Study material below:

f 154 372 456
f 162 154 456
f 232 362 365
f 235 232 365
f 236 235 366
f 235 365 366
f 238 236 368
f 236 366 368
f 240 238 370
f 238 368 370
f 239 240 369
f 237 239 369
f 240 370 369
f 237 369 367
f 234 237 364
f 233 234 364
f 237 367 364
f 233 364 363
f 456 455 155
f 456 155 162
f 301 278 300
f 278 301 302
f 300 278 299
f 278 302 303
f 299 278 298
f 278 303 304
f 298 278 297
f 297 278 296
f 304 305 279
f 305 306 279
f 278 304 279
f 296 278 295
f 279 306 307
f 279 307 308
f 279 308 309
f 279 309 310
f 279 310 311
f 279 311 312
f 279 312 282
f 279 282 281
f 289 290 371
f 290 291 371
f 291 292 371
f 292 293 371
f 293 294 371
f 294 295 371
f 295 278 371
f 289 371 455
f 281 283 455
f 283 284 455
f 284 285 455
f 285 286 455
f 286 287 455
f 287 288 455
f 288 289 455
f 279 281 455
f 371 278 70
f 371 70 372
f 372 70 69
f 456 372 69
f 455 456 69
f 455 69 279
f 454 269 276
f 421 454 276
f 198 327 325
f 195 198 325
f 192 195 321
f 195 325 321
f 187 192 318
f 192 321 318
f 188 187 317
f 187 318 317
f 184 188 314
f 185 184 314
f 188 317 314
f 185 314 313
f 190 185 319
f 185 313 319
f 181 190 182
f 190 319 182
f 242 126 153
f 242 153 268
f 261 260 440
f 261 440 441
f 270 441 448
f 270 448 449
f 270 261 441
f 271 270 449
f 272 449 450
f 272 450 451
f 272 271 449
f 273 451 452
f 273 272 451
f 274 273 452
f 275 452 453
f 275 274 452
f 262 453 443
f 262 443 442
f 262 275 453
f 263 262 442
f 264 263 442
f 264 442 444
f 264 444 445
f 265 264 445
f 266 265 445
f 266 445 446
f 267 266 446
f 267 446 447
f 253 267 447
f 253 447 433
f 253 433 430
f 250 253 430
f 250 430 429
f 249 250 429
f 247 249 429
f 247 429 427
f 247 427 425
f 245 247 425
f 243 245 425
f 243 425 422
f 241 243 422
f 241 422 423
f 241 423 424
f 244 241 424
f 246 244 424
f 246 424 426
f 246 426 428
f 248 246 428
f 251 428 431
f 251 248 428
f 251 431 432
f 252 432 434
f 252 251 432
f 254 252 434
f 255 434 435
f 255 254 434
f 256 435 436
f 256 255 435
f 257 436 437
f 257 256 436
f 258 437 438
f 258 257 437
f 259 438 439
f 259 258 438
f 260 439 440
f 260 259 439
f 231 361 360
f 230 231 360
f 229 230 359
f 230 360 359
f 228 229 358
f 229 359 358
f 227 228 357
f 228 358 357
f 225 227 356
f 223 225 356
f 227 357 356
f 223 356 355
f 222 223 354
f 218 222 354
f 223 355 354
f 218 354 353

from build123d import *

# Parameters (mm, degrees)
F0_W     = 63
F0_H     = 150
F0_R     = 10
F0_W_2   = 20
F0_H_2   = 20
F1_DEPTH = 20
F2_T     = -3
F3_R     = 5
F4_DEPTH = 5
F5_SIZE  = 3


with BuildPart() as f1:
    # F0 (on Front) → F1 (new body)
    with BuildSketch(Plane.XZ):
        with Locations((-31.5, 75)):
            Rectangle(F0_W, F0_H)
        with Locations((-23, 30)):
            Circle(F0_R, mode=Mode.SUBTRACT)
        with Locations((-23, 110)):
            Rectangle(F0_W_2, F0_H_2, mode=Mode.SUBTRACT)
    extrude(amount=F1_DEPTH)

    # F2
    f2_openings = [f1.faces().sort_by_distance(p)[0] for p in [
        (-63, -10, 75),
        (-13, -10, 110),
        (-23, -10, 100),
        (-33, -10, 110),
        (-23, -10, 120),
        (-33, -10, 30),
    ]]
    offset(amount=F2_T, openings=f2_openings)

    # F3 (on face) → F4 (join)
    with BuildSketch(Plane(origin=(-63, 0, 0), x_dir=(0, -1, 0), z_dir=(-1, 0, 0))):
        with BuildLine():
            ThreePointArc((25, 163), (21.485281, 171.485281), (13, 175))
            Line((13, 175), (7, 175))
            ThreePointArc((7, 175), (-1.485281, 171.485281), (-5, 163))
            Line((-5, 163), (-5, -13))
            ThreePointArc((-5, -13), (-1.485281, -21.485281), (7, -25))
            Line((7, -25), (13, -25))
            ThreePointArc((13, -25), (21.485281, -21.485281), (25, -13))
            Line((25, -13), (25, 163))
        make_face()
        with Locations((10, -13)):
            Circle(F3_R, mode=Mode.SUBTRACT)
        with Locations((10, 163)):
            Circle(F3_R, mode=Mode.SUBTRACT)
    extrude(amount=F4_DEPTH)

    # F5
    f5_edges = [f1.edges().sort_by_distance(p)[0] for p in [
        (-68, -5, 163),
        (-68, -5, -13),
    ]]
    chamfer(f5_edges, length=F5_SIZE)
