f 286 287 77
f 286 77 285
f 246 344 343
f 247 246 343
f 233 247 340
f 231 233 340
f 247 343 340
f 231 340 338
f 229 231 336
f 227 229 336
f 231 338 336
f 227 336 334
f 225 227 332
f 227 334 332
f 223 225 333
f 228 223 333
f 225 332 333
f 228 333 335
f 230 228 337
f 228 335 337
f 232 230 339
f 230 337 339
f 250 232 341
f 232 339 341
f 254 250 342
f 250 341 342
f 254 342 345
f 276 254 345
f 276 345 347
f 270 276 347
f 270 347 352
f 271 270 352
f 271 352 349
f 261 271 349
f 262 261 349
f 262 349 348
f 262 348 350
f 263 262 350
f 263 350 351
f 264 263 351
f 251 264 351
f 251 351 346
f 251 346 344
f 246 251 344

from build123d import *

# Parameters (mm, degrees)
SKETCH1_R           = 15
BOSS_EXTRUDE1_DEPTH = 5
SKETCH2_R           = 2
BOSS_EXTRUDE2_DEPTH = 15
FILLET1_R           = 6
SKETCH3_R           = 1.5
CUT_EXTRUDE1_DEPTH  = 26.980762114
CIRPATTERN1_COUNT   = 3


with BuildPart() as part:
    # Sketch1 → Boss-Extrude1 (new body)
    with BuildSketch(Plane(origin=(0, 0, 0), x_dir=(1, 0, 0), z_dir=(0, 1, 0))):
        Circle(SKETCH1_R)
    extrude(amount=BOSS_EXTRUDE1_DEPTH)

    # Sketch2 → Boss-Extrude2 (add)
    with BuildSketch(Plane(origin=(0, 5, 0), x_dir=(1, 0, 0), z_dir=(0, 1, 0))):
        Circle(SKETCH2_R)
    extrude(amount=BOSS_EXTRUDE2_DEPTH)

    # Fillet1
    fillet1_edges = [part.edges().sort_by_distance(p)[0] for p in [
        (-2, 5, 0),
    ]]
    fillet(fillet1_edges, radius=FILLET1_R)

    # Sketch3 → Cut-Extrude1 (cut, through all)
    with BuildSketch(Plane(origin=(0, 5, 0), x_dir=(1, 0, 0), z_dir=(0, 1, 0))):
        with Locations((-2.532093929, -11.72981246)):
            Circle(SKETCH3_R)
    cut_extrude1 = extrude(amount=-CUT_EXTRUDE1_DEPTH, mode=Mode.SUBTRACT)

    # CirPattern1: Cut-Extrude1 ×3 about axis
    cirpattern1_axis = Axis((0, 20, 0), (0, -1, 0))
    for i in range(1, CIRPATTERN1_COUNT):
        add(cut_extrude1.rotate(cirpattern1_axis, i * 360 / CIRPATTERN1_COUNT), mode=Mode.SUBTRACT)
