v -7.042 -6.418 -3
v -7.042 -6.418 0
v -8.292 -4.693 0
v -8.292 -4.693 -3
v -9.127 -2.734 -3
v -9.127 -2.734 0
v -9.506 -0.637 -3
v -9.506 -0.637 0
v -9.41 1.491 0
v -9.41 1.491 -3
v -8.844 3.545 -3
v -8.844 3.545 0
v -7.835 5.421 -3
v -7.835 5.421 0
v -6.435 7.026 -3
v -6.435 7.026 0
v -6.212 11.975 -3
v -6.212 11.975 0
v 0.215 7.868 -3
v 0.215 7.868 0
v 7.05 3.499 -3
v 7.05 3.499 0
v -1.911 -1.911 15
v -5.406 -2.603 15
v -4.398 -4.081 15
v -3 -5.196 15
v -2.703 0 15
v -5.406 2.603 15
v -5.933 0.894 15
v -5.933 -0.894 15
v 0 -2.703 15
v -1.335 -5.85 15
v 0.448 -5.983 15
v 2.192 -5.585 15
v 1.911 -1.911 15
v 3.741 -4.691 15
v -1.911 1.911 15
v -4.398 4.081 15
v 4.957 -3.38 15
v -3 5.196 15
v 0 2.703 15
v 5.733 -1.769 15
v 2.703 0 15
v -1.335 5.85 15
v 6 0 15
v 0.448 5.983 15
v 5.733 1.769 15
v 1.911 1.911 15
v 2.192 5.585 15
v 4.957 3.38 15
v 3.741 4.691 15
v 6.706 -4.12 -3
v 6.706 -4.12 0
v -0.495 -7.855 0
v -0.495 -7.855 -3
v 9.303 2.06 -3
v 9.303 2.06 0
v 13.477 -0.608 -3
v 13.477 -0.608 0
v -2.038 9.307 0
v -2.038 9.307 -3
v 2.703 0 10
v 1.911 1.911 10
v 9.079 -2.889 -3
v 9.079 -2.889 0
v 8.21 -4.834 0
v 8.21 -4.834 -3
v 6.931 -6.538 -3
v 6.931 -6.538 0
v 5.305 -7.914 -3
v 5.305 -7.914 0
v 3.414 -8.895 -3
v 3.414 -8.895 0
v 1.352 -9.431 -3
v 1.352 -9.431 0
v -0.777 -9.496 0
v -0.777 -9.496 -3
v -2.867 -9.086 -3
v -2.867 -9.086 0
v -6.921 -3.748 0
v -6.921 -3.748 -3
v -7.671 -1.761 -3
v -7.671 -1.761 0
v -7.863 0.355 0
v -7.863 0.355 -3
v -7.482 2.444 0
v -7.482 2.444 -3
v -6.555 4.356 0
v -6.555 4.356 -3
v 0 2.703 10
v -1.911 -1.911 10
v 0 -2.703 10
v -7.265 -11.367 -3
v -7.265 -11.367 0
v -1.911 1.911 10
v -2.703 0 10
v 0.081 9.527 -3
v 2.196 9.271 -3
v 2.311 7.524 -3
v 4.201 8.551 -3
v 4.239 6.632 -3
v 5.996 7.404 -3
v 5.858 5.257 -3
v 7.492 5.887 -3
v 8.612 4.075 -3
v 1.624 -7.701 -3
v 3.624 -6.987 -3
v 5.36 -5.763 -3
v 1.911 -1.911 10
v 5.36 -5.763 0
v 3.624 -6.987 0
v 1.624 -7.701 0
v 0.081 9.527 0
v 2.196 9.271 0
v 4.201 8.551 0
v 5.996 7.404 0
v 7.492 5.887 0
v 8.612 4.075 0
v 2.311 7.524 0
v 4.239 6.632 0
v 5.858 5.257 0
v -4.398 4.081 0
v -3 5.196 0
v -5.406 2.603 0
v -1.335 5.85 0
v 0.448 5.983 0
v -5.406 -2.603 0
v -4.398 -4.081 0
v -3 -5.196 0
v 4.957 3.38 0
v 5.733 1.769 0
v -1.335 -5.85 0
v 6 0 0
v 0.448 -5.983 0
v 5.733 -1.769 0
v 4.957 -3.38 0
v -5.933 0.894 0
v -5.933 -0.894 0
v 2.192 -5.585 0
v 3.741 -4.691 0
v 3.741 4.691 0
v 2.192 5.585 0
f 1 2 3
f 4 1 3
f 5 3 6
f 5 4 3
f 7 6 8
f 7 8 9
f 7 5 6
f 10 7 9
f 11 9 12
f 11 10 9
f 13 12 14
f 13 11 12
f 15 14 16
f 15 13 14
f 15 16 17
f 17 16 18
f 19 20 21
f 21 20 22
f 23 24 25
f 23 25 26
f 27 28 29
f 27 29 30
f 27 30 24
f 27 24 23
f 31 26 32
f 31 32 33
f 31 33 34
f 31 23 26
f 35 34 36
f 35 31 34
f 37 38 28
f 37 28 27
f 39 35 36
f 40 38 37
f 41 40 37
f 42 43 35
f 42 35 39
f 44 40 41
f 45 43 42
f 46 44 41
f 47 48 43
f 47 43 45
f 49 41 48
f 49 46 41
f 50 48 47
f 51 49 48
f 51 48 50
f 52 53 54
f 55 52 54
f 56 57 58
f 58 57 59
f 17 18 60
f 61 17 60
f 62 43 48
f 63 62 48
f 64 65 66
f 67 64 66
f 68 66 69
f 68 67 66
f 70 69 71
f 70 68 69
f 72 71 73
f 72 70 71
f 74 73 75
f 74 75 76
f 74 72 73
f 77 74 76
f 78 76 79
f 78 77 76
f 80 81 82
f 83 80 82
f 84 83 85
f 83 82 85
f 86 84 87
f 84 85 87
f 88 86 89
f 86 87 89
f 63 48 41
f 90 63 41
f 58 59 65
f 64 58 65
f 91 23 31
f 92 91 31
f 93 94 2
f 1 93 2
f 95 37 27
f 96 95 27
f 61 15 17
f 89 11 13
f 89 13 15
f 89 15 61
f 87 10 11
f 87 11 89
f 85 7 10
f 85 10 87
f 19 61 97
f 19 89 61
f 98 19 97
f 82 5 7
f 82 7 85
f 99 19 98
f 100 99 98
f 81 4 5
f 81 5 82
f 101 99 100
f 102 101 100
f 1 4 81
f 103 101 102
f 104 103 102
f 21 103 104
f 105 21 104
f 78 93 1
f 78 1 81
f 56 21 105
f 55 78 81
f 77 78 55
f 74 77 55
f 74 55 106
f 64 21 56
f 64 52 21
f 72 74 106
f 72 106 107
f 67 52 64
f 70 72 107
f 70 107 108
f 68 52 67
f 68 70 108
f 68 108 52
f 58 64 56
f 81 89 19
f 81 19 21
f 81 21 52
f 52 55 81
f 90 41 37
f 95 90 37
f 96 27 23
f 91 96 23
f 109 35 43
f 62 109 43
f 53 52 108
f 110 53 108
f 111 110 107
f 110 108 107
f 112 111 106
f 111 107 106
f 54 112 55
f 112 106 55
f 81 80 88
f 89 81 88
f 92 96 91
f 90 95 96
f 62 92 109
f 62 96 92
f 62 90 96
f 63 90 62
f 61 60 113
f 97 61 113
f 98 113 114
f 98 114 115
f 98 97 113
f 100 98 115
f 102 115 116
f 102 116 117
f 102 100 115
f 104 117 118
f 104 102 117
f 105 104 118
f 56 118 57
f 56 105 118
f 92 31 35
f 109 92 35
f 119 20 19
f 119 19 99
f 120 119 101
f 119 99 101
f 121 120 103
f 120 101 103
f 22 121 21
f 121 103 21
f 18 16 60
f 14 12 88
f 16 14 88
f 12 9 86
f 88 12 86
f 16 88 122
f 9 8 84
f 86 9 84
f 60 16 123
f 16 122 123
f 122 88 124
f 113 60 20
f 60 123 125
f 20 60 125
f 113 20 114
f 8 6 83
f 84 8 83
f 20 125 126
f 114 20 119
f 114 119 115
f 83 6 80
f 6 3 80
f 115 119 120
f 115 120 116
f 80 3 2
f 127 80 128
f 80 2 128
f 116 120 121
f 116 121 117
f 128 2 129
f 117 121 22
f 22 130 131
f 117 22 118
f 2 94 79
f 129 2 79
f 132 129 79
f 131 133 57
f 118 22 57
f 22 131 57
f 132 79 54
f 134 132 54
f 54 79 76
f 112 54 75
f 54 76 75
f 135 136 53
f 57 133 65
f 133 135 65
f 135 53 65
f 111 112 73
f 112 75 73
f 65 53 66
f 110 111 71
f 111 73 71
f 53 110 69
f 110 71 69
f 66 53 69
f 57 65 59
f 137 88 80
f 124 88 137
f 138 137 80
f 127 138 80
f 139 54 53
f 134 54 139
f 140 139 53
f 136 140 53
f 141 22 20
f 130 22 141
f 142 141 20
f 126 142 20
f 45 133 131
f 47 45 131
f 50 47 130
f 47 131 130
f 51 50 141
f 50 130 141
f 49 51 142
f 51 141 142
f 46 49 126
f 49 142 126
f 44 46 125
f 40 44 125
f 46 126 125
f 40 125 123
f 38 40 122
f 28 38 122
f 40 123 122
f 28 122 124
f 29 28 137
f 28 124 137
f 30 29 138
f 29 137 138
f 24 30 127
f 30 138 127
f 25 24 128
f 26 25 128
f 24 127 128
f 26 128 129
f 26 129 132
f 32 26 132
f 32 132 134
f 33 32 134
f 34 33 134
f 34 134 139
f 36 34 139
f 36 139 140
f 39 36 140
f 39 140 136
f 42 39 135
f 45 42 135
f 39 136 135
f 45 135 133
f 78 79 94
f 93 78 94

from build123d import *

# Parameters (mm, degrees)
F0_R     = 6
F1_DEPTH = 15
F3_DEPTH = 5
F5_DEPTH = 3
F6_R     = 9.527798
F6_R_2   = 7.870818
F7_DEPTH = 3


with BuildPart() as f1:
    # F0 (on Top) → F1 (new body)
    with BuildSketch(Plane.XY):
        Circle(F0_R)
    extrude(amount=F1_DEPTH)

    # F2 (on face) → F3 (cut)
    with BuildSketch(Plane.XY.offset(15)):
        Polygon((1.911385, 1.911385), (0, 2.703106), (-1.911385, 1.911385), (-2.703106, 0), (-1.911385, -1.911385), (0, -2.703106), (1.911385, -1.911385), (2.703106, 0), align=None)
    extrude(amount=-F3_DEPTH, mode=Mode.SUBTRACT)

    # F4 (on face) → F5 (join)
    with BuildSketch(Plane(origin=(0, 0, 0), x_dir=(1, 0, 0), z_dir=(0, 0, -1))):
        Polygon((-6.211701, -11.975178), (13.476659, 0.608098), (-7.264957, 11.36708), align=None)
    extrude(amount=F5_DEPTH)

    # F6 (on face) → F7 (join)
    with BuildSketch(Plane(origin=(0, 0, -3), x_dir=(1, 0, 0), z_dir=(0, 0, -1))):
        Circle(F6_R)
        Circle(F6_R_2, mode=Mode.SUBTRACT)
    extrude(amount=-F7_DEPTH)


solid = f1.part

End of Study material.

Task instructions — From the records above, transcribe exactly the run of lines that opens with the line holding "f 263 262 442" and closes with the line holding "f 247 429 427", both included.

Your solution —
f 263 262 442
f 264 263 442
f 264 442 444
f 264 444 445
f 265 264 445
f 266 265 445
f 266 445 446
f 267 266 446
f 267 446 447
f 253 267 447
f 253 447 433
f 253 433 430
f 250 253 430
f 250 430 429
f 249 250 429
f 247 249 429
f 247 429 427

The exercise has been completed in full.